Bulk Density, Porosity, Percolation and Salinity Control in Shallow, Freely Draining, Potting Soils1

Abstract

Ten mixtures of soil, sphagnum peat moss, pinebark, almond hulls, and sheep manure, and 8 combinations of clay loam and sand, 20cm deep, were examined for relevant physical properties and possible use as greenhouse potting composts under Cypriot greenhouse conditions. There were significant variations of bulk density, porosity, moisture content, air space and percolation rates. Comparison of these data with other workers’ information showed a linear relationship between bulk density and total pore space regardless of specific gravity.
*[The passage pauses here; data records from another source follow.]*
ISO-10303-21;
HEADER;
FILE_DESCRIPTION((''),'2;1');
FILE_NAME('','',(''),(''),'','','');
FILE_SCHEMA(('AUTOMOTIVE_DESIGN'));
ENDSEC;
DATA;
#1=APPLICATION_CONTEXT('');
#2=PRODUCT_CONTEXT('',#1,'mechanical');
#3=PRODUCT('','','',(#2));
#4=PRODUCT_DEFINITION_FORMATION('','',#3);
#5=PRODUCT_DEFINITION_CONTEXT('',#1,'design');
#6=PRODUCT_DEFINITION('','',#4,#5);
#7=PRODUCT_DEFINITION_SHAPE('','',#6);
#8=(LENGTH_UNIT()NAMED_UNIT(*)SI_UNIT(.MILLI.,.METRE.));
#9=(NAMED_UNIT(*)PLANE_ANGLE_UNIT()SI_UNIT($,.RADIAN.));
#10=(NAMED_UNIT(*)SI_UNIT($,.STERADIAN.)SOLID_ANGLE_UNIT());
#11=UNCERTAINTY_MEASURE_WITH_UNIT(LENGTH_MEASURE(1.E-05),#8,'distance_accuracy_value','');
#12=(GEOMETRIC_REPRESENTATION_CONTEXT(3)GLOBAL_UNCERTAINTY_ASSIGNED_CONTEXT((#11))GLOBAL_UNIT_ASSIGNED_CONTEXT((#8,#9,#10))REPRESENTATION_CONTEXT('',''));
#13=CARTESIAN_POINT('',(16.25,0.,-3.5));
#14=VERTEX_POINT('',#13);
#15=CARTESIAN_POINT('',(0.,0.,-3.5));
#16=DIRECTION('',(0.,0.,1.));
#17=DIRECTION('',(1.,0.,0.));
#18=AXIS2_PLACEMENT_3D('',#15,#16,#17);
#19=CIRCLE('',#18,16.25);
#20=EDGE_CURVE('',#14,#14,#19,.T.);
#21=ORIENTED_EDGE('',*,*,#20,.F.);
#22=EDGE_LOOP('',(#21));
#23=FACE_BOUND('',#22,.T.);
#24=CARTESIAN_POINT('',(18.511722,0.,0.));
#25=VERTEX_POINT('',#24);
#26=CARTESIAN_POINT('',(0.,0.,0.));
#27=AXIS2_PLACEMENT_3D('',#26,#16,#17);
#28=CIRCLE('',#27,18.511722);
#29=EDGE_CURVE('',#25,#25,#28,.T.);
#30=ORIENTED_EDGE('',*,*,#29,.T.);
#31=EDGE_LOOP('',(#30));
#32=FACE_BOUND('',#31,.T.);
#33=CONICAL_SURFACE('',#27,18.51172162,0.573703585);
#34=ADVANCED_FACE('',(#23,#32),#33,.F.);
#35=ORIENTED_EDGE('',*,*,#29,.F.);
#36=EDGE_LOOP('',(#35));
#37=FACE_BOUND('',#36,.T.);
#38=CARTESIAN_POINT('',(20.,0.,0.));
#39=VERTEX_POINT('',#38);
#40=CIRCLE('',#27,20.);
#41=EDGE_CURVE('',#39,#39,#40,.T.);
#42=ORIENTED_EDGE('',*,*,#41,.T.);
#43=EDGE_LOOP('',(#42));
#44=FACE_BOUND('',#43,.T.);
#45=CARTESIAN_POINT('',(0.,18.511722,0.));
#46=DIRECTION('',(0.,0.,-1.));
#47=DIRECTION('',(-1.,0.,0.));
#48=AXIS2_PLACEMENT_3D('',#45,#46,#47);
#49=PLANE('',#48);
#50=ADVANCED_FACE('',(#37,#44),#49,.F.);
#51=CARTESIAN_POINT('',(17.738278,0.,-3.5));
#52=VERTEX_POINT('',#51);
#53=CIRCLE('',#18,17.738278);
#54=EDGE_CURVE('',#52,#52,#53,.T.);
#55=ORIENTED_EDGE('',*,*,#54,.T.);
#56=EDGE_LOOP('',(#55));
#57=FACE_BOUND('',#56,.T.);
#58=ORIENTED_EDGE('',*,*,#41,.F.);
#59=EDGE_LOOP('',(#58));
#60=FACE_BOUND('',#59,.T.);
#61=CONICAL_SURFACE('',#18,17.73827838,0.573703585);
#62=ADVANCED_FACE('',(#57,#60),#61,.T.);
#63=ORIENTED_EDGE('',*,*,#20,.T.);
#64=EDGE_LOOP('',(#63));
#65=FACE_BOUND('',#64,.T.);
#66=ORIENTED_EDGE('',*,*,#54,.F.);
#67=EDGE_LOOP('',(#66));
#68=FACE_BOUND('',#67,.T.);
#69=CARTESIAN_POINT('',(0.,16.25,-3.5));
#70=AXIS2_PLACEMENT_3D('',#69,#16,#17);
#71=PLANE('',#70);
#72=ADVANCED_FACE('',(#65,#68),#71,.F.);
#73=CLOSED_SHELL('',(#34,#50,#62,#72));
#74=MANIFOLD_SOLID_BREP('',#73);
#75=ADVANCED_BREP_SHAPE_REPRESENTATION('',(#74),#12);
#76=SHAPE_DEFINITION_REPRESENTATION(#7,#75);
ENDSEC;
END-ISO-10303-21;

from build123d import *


with BuildPart() as part:
    # Sketch1 → Revolve1 (revolve)
    with BuildSketch(Plane(origin=(0, 0, 0), x_dir=(0, 0, -1), z_dir=(1, 0, 0)), mode=Mode.PRIVATE) as revolve1_sk:
        Polygon((0, 18.51172162), (3.5, 16.25), (3.5, 17.73827838), (0, 20), align=None)
    revolve(revolve1_sk.sketch.rotate(Axis((0, 0, 0), (0, 0, -1)), 90), axis=Axis((0, 0, 0), (0, 0, -1)))


solid = part.part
The rate of salt removal, as measured by effluent conductivity, was predictable from a knowledge of the starting salinity concentration, regardless of the potting mixture. The higher the percolation rate, the less efficient was salt removal, with the removal rate decreasing as the initial salt concentration decreased. Percolation rate showed an exponential relationship with the ratio of porosity to maximum moisture content, with percolation increasing markedly above a ratio of 1.8. Mixtures in excess of 0.70cm³ cm⁻³ total porosity showed markedly high percolation rates, requiring large water volumes to reduce salinity. It was the opinion of these authors that very porous potting mixtures would unnecessarily increase water utilization in a semi-arid climate, with problems in controlling salinity with trickle irrigation systems likely to be exacerbated.